■ **Task item**
For the material below, output exactly the span from the line with "f 54 125 52" to the line with "f 4 191 152", including both, and nothing besides.
==== Dataset
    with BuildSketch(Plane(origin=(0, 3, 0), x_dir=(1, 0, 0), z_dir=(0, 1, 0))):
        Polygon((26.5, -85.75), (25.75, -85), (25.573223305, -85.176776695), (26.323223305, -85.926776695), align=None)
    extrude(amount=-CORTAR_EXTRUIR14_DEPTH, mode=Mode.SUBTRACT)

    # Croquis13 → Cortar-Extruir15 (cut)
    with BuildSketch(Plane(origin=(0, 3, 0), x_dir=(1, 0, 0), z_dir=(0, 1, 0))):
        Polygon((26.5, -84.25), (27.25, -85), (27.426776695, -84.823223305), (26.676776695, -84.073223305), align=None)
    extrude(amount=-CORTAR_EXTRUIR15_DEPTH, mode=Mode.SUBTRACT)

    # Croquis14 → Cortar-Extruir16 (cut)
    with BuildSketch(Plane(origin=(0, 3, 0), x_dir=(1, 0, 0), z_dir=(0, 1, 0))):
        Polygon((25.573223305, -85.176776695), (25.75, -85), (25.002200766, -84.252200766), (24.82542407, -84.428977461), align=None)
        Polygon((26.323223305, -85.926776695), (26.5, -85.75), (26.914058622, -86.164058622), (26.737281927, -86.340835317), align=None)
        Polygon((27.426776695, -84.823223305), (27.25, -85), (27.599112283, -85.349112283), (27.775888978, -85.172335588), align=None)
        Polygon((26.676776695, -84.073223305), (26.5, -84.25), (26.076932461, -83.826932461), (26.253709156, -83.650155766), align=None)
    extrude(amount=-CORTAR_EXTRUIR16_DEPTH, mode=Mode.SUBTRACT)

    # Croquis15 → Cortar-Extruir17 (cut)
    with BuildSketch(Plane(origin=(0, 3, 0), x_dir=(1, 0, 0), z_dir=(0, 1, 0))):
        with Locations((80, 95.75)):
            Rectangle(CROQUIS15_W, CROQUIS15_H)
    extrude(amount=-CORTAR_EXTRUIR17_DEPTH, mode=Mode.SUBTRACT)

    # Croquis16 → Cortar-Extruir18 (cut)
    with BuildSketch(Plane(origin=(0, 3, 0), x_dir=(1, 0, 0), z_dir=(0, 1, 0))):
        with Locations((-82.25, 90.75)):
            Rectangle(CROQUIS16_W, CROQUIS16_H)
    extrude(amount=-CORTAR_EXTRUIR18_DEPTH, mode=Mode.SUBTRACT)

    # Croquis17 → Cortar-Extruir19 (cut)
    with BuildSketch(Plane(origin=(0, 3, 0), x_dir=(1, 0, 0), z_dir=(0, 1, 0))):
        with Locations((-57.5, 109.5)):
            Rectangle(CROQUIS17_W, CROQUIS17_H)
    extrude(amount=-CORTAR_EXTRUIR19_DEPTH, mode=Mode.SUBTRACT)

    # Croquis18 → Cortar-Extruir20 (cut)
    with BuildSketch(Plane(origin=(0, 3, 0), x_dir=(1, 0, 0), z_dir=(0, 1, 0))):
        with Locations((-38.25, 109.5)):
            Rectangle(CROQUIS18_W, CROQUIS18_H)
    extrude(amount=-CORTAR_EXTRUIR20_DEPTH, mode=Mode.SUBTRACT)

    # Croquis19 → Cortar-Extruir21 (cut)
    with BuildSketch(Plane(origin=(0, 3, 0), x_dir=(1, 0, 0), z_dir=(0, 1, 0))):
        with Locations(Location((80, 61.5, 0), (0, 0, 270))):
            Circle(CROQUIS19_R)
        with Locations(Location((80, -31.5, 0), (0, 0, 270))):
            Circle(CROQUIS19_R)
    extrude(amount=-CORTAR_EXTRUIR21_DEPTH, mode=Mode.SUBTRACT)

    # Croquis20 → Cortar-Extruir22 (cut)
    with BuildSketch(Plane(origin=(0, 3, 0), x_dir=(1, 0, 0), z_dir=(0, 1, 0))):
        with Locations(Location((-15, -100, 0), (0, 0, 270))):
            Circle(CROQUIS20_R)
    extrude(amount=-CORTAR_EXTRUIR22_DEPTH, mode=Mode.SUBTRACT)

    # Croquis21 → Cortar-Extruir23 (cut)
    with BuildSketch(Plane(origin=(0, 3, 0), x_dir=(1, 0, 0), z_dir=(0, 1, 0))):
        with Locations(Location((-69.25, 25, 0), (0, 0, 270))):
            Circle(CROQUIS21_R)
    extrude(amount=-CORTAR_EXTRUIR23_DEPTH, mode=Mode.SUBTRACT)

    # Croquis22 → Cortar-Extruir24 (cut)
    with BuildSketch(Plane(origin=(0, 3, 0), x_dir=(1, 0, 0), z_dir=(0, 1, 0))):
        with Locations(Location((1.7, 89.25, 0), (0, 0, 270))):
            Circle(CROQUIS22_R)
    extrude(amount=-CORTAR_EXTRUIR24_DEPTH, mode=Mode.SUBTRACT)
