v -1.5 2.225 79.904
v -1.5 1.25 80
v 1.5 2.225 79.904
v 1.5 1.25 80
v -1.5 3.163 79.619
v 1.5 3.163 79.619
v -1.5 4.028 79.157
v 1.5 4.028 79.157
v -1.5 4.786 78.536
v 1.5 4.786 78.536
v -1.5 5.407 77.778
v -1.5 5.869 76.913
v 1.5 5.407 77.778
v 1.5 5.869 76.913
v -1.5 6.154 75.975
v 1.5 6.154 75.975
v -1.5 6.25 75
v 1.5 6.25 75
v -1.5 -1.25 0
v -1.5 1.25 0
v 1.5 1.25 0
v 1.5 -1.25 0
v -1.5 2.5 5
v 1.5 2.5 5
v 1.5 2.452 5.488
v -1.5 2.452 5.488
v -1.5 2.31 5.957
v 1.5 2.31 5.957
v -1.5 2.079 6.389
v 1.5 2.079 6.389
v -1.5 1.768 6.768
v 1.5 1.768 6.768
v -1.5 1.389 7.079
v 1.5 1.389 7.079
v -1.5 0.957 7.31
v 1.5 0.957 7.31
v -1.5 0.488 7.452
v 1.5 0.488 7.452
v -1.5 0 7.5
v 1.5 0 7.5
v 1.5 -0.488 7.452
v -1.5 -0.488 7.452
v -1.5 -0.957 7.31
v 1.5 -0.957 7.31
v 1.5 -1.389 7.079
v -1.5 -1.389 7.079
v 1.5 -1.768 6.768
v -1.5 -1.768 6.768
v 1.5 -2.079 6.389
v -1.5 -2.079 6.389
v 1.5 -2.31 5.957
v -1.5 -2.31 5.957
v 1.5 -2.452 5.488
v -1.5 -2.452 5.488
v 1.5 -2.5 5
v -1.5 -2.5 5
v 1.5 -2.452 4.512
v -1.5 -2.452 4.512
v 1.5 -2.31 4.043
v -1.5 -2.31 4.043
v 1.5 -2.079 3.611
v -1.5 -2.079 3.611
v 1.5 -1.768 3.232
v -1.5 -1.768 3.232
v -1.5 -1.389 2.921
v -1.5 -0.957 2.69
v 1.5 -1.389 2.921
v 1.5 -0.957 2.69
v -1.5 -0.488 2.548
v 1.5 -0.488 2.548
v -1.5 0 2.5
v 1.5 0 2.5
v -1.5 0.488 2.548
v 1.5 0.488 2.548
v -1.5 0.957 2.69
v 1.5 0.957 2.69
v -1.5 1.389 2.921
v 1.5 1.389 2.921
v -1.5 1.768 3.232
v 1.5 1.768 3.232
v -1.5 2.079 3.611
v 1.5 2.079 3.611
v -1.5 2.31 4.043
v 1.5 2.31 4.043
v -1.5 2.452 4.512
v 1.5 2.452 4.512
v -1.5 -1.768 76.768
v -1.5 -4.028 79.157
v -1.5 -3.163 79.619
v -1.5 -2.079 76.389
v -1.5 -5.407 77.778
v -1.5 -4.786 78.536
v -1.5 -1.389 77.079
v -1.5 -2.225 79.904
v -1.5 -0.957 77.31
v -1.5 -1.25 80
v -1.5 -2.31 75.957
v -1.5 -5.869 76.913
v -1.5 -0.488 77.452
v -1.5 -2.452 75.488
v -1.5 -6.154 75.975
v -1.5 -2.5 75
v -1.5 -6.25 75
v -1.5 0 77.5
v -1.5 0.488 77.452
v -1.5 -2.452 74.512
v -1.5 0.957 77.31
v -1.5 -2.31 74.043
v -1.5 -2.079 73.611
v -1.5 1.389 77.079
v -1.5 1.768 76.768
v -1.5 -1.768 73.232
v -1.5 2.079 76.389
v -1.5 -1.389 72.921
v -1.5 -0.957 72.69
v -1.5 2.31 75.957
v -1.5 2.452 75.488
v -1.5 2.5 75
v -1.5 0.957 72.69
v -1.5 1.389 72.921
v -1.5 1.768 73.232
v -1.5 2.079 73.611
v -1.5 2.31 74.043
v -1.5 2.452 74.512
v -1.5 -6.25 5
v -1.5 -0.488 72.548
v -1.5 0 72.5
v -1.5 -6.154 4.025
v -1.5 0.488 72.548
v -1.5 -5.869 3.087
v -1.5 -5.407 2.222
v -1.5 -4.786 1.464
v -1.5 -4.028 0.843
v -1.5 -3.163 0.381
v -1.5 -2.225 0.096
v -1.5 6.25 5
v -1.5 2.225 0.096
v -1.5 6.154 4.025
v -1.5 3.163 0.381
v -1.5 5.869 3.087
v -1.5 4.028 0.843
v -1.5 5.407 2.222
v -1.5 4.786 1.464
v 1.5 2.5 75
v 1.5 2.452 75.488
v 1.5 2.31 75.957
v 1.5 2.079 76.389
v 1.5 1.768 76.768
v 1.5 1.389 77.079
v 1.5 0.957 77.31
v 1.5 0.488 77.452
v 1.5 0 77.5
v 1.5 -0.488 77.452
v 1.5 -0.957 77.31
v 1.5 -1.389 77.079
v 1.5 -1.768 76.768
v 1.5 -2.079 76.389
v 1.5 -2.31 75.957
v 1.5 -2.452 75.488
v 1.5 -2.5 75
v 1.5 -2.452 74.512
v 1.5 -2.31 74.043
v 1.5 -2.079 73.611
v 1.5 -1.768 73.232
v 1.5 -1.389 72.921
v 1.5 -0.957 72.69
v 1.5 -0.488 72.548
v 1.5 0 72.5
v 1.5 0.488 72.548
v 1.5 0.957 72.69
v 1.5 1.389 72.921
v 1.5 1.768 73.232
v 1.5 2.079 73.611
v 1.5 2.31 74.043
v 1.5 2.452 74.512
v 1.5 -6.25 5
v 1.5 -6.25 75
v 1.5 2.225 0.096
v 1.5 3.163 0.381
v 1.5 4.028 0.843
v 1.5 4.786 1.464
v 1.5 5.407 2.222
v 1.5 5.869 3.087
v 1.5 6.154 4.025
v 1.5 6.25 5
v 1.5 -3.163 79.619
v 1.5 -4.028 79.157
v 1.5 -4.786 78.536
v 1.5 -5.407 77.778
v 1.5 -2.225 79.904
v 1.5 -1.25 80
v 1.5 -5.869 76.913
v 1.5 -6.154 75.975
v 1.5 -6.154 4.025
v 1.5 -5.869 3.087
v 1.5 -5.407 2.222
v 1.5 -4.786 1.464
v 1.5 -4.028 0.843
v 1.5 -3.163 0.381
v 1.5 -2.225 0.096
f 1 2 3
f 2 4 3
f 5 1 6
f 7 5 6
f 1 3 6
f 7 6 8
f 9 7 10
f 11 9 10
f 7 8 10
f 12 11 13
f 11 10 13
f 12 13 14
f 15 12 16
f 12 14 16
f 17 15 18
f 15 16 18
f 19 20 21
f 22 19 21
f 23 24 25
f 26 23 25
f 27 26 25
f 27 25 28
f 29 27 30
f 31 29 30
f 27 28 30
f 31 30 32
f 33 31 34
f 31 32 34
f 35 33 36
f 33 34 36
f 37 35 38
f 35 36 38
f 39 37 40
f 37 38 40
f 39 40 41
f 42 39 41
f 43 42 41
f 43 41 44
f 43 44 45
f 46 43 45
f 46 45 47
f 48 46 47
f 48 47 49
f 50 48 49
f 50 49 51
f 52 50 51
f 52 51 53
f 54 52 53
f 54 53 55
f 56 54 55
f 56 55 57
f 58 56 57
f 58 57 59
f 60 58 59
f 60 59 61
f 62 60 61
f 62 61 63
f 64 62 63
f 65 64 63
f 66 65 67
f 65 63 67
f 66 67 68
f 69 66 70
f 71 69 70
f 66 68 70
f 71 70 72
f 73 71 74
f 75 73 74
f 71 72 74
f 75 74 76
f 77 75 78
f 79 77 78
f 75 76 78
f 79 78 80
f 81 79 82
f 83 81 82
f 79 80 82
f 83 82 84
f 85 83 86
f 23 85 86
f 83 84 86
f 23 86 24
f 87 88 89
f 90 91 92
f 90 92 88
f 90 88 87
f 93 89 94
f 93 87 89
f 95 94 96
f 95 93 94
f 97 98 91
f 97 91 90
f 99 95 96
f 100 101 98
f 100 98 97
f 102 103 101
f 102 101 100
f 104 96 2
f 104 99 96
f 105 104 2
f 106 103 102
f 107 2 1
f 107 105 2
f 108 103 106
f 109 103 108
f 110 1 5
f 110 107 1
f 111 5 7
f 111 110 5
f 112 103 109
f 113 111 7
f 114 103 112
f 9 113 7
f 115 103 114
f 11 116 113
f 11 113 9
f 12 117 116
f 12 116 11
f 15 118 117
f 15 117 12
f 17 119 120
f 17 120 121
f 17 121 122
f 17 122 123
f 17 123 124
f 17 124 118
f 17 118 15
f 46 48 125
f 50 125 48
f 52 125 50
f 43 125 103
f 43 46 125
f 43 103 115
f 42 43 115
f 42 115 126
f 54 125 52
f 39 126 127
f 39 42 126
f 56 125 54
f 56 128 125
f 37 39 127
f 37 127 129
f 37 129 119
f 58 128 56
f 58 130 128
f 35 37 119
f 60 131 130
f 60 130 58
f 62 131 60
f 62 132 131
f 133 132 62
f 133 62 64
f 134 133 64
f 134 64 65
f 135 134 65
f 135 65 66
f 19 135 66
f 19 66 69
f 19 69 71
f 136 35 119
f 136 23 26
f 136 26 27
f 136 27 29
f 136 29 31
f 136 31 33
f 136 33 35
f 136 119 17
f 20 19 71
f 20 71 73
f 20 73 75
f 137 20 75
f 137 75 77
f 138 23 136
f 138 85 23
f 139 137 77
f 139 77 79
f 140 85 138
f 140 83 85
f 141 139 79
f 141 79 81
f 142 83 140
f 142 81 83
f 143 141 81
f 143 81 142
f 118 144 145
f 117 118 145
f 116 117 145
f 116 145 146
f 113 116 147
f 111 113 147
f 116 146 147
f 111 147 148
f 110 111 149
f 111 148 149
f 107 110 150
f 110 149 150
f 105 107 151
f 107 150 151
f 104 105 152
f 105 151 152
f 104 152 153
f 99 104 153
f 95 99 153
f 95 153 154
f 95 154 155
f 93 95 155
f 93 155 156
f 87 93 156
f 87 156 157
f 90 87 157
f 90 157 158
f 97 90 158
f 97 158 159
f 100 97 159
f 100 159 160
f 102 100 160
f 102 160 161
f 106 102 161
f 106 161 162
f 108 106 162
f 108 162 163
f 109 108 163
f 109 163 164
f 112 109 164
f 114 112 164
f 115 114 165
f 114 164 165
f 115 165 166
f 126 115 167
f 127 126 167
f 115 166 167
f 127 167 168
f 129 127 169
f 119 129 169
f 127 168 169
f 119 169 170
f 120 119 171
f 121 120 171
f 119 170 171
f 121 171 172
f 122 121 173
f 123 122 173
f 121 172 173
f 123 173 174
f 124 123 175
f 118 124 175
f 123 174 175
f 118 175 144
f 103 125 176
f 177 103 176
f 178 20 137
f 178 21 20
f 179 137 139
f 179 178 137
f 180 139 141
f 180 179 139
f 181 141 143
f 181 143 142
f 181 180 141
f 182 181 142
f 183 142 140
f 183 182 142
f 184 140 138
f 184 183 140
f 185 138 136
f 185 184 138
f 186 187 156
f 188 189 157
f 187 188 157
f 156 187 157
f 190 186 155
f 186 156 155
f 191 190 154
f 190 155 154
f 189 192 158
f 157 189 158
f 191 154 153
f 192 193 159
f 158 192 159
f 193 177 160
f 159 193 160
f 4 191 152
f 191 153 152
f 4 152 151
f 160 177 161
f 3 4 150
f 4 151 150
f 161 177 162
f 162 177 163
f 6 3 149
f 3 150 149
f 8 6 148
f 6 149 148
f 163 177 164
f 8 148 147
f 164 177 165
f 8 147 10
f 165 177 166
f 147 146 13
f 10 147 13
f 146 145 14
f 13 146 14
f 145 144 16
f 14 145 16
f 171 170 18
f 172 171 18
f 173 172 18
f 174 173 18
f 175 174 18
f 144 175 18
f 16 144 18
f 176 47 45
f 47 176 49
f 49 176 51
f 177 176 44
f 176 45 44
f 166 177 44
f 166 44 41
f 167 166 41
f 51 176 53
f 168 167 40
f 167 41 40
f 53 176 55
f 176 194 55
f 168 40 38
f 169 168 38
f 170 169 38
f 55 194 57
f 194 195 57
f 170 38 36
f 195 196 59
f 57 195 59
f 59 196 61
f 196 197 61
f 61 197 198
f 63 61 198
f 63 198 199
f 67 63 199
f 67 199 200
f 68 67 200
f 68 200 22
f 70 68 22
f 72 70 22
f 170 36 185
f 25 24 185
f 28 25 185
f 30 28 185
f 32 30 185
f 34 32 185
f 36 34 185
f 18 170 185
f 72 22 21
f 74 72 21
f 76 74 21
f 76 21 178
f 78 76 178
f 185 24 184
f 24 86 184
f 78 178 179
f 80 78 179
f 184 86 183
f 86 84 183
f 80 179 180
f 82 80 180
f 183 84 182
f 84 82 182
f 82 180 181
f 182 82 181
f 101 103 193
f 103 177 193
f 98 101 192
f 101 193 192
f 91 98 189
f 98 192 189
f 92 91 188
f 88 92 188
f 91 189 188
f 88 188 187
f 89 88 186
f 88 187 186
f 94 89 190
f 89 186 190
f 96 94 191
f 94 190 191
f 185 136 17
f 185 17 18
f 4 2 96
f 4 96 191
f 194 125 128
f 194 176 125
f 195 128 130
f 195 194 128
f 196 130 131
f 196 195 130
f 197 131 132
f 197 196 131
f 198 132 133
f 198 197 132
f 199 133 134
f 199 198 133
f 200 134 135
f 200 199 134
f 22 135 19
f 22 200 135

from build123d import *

# Parameters (mm, degrees)
F0_W     = 3
F0_H     = 12.5
F1_DEPTH = 80
F3_D     = 5
F4_R     = 5


with BuildPart() as f1:
    # F0 (on Top) → F1 (new body)
    with BuildSketch(Plane.XY):
        Rectangle(F0_W, F0_H)
    extrude(amount=F1_DEPTH)

    # F3 (through all)
    with Locations(Plane(origin=(-1.5, 0, 0), x_dir=(0, -1, 0), z_dir=(-1, 0, 0))):
        with Locations((0, 75), (0, 5)):
            Hole(F3_D / 2)

    # F4
    f4_edges = [f1.edges().sort_by_distance(p)[0] for p in [
        (0, -6.25, 80),
        (0, 6.25, 80),
        (0, 6.25, 0),
        (0, -6.25, 0),
    ]]
    fillet(f4_edges, radius=F4_R)


solid = f1.part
========
■ **Task result**
f 54 125 52
f 39 126 127
f 39 42 126
f 56 125 54
f 56 128 125
f 37 39 127
f 37 127 129
f 37 129 119
f 58 128 56
f 58 130 128
f 35 37 119
f 60 131 130
f 60 130 58
f 62 131 60
f 62 132 131
f 133 132 62
f 133 62 64
f 134 133 64
f 134 64 65
f 135 134 65
f 135 65 66
f 19 135 66
f 19 66 69
f 19 69 71
f 136 35 119
f 136 23 26
f 136 26 27
f 136 27 29
f 136 29 31
f 136 31 33
f 136 33 35
f 136 119 17
f 20 19 71
f 20 71 73
f 20 73 75
f 137 20 75
f 137 75 77
f 138 23 136
f 138 85 23
f 139 137 77
f 139 77 79
f 140 85 138
f 140 83 85
f 141 139 79
f 141 79 81
f 142 83 140
f 142 81 83
f 143 141 81
f 143 81 142
f 118 144 145
f 117 118 145
f 116 117 145
f 116 145 146
f 113 116 147
f 111 113 147
f 116 146 147
f 111 147 148
f 110 111 149
f 111 148 149
f 107 110 150
f 110 149 150
f 105 107 151
f 107 150 151
f 104 105 152
f 105 151 152
f 104 152 153
f 99 104 153
f 95 99 153
f 95 153 154
f 95 154 155
f 93 95 155
f 93 155 156
f 87 93 156
f 87 156 157
f 90 87 157
f 90 157 158
f 97 90 158
f 97 158 159
f 100 97 159
f 100 159 160
f 102 100 160
f 102 160 161
f 106 102 161
f 106 161 162
f 108 106 162
f 108 162 163
f 109 108 163
f 109 163 164
f 112 109 164
f 114 112 164
f 115 114 165
f 114 164 165
f 115 165 166
f 126 115 167
f 127 126 167
f 115 166 167
f 127 167 168
f 129 127 169
f 119 129 169
f 127 168 169
f 119 169 170
f 120 119 171
f 121 120 171
f 119 170 171
f 121 171 172
f 122 121 173
f 123 122 173
f 121 172 173
f 123 173 174
f 124 123 175
f 118 124 175
f 123 174 175
f 118 175 144
f 103 125 176
f 177 103 176
f 178 20 137
f 178 21 20
f 179 137 139
f 179 178 137
f 180 139 141
f 180 179 139
f 181 141 143
f 181 143 142
f 181 180 141
f 182 181 142
f 183 142 140
f 183 182 142
f 184 140 138
f 184 183 140
f 185 138 136
f 185 184 138
f 186 187 156
f 188 189 157
f 187 188 157
f 156 187 157
f 190 186 155
f 186 156 155
f 191 190 154
f 190 155 154
f 189 192 158
f 157 189 158
f 191 154 153
f 192 193 159
f 158 192 159
f 193 177 160
f 159 193 160
f 4 191 152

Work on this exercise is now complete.